Provided records: Begin

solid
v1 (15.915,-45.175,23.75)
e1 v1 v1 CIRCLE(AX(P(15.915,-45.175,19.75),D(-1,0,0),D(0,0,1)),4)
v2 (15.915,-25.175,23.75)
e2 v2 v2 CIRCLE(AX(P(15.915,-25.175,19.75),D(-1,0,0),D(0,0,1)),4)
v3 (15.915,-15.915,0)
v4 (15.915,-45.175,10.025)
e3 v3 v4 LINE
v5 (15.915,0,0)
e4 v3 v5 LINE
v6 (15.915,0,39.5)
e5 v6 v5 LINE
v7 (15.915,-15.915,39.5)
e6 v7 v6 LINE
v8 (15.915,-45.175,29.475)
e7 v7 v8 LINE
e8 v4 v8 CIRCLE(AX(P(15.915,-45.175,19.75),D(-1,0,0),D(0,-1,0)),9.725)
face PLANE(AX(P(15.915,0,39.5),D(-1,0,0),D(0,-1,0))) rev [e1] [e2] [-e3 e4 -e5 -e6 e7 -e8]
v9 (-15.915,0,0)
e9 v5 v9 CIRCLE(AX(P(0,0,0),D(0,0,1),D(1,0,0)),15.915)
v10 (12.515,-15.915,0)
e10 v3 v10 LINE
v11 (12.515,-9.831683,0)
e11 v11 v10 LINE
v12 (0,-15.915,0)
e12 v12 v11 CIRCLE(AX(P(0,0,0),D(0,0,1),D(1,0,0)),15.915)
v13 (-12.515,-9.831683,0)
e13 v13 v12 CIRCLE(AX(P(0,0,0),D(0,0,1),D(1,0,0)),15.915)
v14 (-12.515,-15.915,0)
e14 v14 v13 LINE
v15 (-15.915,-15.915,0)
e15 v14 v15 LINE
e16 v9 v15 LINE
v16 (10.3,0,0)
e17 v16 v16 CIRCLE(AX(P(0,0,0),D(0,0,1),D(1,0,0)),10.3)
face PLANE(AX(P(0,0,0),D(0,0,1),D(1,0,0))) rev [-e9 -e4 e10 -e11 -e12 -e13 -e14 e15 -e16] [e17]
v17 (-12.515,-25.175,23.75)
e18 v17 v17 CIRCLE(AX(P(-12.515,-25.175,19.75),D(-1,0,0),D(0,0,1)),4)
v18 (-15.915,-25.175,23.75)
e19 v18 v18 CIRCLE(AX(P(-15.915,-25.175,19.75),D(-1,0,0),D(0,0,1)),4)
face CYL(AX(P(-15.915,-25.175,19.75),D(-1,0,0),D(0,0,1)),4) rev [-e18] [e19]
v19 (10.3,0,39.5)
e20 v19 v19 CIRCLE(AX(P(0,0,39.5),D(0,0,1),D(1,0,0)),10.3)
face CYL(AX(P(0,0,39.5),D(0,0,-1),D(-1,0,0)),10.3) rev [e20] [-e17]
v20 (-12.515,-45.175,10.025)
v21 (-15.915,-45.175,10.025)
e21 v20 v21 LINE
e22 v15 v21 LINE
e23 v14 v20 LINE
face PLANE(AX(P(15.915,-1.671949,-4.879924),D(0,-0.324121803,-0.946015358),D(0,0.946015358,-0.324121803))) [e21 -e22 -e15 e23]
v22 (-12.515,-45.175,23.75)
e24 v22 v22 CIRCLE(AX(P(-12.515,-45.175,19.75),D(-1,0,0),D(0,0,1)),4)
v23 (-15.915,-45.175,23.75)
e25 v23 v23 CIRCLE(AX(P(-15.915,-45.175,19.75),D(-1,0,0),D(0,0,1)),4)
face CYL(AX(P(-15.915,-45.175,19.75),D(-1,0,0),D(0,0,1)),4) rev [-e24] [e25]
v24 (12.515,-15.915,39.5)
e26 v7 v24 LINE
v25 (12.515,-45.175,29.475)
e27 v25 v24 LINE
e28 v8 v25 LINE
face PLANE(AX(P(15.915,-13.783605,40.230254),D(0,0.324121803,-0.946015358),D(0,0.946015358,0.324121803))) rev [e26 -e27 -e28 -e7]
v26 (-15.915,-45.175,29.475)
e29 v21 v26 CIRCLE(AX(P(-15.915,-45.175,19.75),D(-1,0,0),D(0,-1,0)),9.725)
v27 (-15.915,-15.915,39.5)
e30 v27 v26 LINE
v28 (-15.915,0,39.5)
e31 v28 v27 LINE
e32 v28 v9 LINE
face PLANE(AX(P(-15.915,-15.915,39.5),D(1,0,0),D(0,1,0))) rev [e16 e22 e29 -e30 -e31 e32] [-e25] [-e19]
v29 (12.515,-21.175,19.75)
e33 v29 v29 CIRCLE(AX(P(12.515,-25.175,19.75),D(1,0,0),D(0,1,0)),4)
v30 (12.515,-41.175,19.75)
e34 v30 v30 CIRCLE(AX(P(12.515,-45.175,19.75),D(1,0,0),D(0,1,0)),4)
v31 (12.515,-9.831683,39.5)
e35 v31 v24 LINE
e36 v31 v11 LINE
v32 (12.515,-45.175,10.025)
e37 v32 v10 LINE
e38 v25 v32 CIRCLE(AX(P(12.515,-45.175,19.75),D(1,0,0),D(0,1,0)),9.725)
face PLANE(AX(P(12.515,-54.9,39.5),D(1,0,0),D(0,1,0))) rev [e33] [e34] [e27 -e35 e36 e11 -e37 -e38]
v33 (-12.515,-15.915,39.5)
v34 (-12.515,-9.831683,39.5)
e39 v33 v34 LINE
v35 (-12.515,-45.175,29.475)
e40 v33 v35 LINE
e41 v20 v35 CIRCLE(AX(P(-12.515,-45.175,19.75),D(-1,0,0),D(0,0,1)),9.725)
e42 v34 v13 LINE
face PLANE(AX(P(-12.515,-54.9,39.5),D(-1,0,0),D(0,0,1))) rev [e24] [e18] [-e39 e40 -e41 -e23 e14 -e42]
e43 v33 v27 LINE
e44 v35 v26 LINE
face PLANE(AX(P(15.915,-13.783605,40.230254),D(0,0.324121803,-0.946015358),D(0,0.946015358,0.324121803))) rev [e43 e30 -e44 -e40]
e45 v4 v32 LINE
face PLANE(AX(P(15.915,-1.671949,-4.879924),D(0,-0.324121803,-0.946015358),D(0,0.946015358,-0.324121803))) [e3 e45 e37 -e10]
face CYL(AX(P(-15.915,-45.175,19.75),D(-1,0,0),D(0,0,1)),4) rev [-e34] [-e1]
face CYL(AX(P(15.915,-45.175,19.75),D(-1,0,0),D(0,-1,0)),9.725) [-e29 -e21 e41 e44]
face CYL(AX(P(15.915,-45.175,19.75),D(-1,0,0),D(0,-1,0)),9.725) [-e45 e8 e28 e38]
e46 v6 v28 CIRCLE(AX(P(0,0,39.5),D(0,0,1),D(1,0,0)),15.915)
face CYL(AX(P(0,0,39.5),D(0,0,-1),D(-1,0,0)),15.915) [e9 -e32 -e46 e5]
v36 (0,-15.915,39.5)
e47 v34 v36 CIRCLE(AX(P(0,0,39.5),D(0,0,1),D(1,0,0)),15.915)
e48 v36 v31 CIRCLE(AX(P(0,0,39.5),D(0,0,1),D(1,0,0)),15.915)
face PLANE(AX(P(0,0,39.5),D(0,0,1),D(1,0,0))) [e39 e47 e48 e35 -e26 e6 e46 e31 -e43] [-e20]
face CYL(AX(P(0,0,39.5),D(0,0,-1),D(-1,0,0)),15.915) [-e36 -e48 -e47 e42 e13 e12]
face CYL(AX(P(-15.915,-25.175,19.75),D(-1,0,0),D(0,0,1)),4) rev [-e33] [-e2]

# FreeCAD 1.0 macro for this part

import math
import FreeCAD as App
import Part
import Sketcher
from FreeCAD import Vector
Q = App.Units.Quantity

doc = App.newDocument("Part")
body = doc.addObject("PartDesign::Body", "Body")

# Sketch on XY plane
sketch1 = body.newObject("Sketcher::SketchObject", "Sketch")
sketch1.AttachmentSupport = (doc.getObject("XY_Plane"), [""])
sketch1.MapMode = "FlatFace"
sketch1.addGeometry(Part.LineSegment(Vector(-15.915, 0, 0), Vector(-15.915, -54.9, 0)), False)
sketch1.addGeometry(Part.LineSegment(Vector(-15.915, -54.9, 0), Vector(-12.515, -54.9, 0)), False)
sketch1.addGeometry(Part.LineSegment(Vector(-12.515, -54.9, 0), Vector(-12.515, -9.831683, 0)), False)
sketch1.addGeometry(Part.ArcOfCircle(Part.Circle(Vector(0, 0, 0), Vector(0, 0, 1), 15.915), math.radians(-141.847107), math.radians(-38.152893)), False)
sketch1.addGeometry(Part.LineSegment(Vector(12.515, -9.831683, 0), Vector(12.515, -54.9, 0)), False)
sketch1.addGeometry(Part.LineSegment(Vector(12.515, -54.9, 0), Vector(15.915, -54.9, 0)), False)
sketch1.addGeometry(Part.LineSegment(Vector(15.915, -54.9, 0), Vector(15.915, 0, 0)), False)
sketch1.addGeometry(Part.ArcOfCircle(Part.Circle(Vector(0, 0, 0), Vector(0, 0, 1), 15.915), math.radians(0), math.radians(180)), False)
sketch1.addGeometry(Part.Circle(Vector(0, 0, 0), Vector(0, 0, 1), 10.3), False)
sketch1.addConstraint(Sketcher.Constraint("Coincident", 0, 2, 1, 1))
sketch1.addConstraint(Sketcher.Constraint("Coincident", 1, 2, 2, 1))
sketch1.addConstraint(Sketcher.Constraint("Coincident", 2, 2, 3, 1))
sketch1.addConstraint(Sketcher.Constraint("Coincident", 3, 2, 4, 1))
sketch1.addConstraint(Sketcher.Constraint("Coincident", 4, 2, 5, 1))
sketch1.addConstraint(Sketcher.Constraint("Coincident", 5, 2, 6, 1))
sketch1.addConstraint(Sketcher.Constraint("Tangent", 6, 2, 7, 1))
sketch1.addConstraint(Sketcher.Constraint("Tangent", 7, 2, 0, 1))
sketch1.addConstraint(Sketcher.Constraint("Vertical", 0))
sketch1.addConstraint(Sketcher.Constraint("Horizontal", 1))
sketch1.addConstraint(Sketcher.Constraint("Vertical", 2))
sketch1.addConstraint(Sketcher.Constraint("Vertical", 4))
sketch1.addConstraint(Sketcher.Constraint("Horizontal", 5))
sketch1.addConstraint(Sketcher.Constraint("Vertical", 6))
sketch1.addConstraint(Sketcher.Constraint("Coincident", 3, 3, -1, 1))
sketch1.addConstraint(Sketcher.Constraint("Coincident", 7, 3, -1, 1))
sketch1.addConstraint(Sketcher.Constraint("Coincident", 8, 3, -1, 1))
sketch1.addConstraint(Sketcher.Constraint("Equal", 3, 7))
sketch1.addConstraint(Sketcher.Constraint("Symmetric", 1, 2, 4, 2, -2))
sketch1.addConstraint(Sketcher.Constraint("Diameter", 8, Q("20.6 mm")))
sketch1.addConstraint(Sketcher.Constraint("DistanceX", 1, 1, 1, 2, Q("3.4 mm")))
sketch1.addConstraint(Sketcher.Constraint("DistanceY", 0, 2, 0, 1, Q("54.9 mm")))
sketch1.addConstraint(Sketcher.Constraint("Radius", 3, Q("15.915 mm")))
pad1 = body.newObject("PartDesign::Pad", "Pad")
pad1.Profile = sketch1
pad1.Length = 39.5

# Sketch on YZ plane
sketch2 = body.newObject("Sketcher::SketchObject", "Sketch001")
sketch2.AttachmentSupport = (doc.getObject("YZ_Plane"), [""])
sketch2.MapMode = "FlatFace"
sketch2.AttachmentOffset = App.Placement(Vector(0, 0, -15.915), App.Rotation())
sketch2.addGeometry(Part.ArcOfCircle(Part.Circle(Vector(-45.175, 19.75, 0), Vector(0, 0, 1), 9.725), math.radians(180), math.radians(270)), False)
sketch2.addGeometry(Part.LineSegment(Vector(-45.175, 10.025, 0), Vector(-15.915, 0, 0)), False)
sketch2.addGeometry(Part.LineSegment(Vector(-15.915, 0, 0), Vector(-54.9, 0, 0)), False)
sketch2.addGeometry(Part.LineSegment(Vector(-54.9, 0, 0), Vector(-54.9, 19.75, 0)), False)
sketch2.addGeometry(Part.LineSegment(Vector(-15.915, 39.5, 0), Vector(-45.175, 29.475, 0)), False)
sketch2.addGeometry(Part.ArcOfCircle(Part.Circle(Vector(-45.175, 19.75, 0), Vector(0, 0, 1), 9.725), math.radians(90), math.radians(180)), False)
sketch2.addGeometry(Part.LineSegment(Vector(-54.9, 19.75, 0), Vector(-54.9, 39.5, 0)), False)
sketch2.addGeometry(Part.LineSegment(Vector(-54.9, 39.5, 0), Vector(-15.915, 39.5, 0)), False)
sketch2.addConstraint(Sketcher.Constraint("Coincident", 0, 2, 1, 1))
sketch2.addConstraint(Sketcher.Constraint("Coincident", 1, 2, 2, 1))
sketch2.addConstraint(Sketcher.Constraint("Coincident", 2, 2, 3, 1))
sketch2.addConstraint(Sketcher.Constraint("Tangent", 3, 2, 0, 1))
sketch2.addConstraint(Sketcher.Constraint("Coincident", 4, 2, 5, 1))
sketch2.addConstraint(Sketcher.Constraint("Tangent", 5, 2, 6, 1))
sketch2.addConstraint(Sketcher.Constraint("Coincident", 6, 2, 7, 1))
sketch2.addConstraint(Sketcher.Constraint("Coincident", 7, 2, 4, 1))
sketch2.addConstraint(Sketcher.Constraint("Horizontal", 2))
sketch2.addConstraint(Sketcher.Constraint("Vertical", 3))
sketch2.addConstraint(Sketcher.Constraint("Vertical", 6))
sketch2.addConstraint(Sketcher.Constraint("Horizontal", 7))
sketch2.addConstraint(Sketcher.Constraint("Coincident", 5, 3, 0, 3))
sketch2.addConstraint(Sketcher.Constraint("Equal", 0, 5))
sketch2.addConstraint(Sketcher.Constraint("PointOnObject", 1, 2, -1))
sketch2.addConstraint(Sketcher.Constraint("Vertical", 5, 3, 0, 2))
sketch2.addConstraint(Sketcher.Constraint("Vertical", 0, 2, 4, 2))
sketch2.addConstraint(Sketcher.Constraint("Vertical", 1, 2, 7, 2))
sketch2.addConstraint(Sketcher.Constraint("Equal", 3, 6))
sketch2.addConstraint(Sketcher.Constraint("Radius", 0, Q("9.725 mm")))
sketch2.addConstraint(Sketcher.Constraint("DistanceY", 3, 1, 3, 2, Q("19.75 mm")))
sketch2.addConstraint(Sketcher.Constraint("DistanceX", 2, 2, -1, 1, Q("54.9 mm")))
sketch2.addConstraint(Sketcher.Constraint("DistanceX", 2, 2, 2, 1, Q("38.985 mm")))
pocket1 = body.newObject("PartDesign::Pocket", "Pocket")
pocket1.Profile = sketch2
pocket1.Type = "ThroughAll"
pocket1.Reversed = True

# Sketch on YZ plane
sketch3 = body.newObject("Sketcher::SketchObject", "Sketch002")
sketch3.AttachmentSupport = (doc.getObject("YZ_Plane"), [""])
sketch3.MapMode = "FlatFace"
sketch3.AttachmentOffset = App.Placement(Vector(0, 0, -15.915), App.Rotation())
sketch3.addGeometry(Part.Circle(Vector(-45.175, 19.75, 0), Vector(0, 0, 1), 4), False)
sketch3.addGeometry(Part.Circle(Vector(-25.175, 19.75, 0), Vector(0, 0, 1), 4), False)
sketch3.addConstraint(Sketcher.Constraint("Equal", 0, 1))
sketch3.addConstraint(Sketcher.Constraint("Horizontal", 0, 3, 1, 3))
sketch3.addConstraint(Sketcher.Constraint("Diameter", 0, Q("8 mm")))
sketch3.addConstraint(Sketcher.Constraint("DistanceX", 0, 3, 1, 3, Q("20 mm")))
sketch3.addConstraint(Sketcher.Constraint("DistanceY", -1, 1, 0, 3, Q("19.75 mm")))
sketch3.addConstraint(Sketcher.Constraint("DistanceX", 0, 3, -1, 1, Q("45.175 mm")))
doc.recompute()
hole = body.newObject("PartDesign::Hole", "Hole")
hole.Profile = sketch3
hole.ThreadType = "None"
hole.Diameter = 8
hole.DepthType = "ThroughAll"
hole.Reversed = True

doc.recompute()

Provided records: End

About this exercise
Quote the data above from the line containing "face CYL(AX(P(0,0,39.5),D(0,0,-1),D(-1,0,0)),15.915) [-e36" to the line containing "# FreeCAD 1.0 macro for this part", inclusive, and stop.

Response to this task
face CYL(AX(P(0,0,39.5),D(0,0,-1),D(-1,0,0)),15.915) [-e36 -e48 -e47 e42 e13 e12]
face CYL(AX(P(-15.915,-25.175,19.75),D(-1,0,0),D(0,0,1)),4) rev [-e33] [-e2]

# FreeCAD 1.0 macro for this part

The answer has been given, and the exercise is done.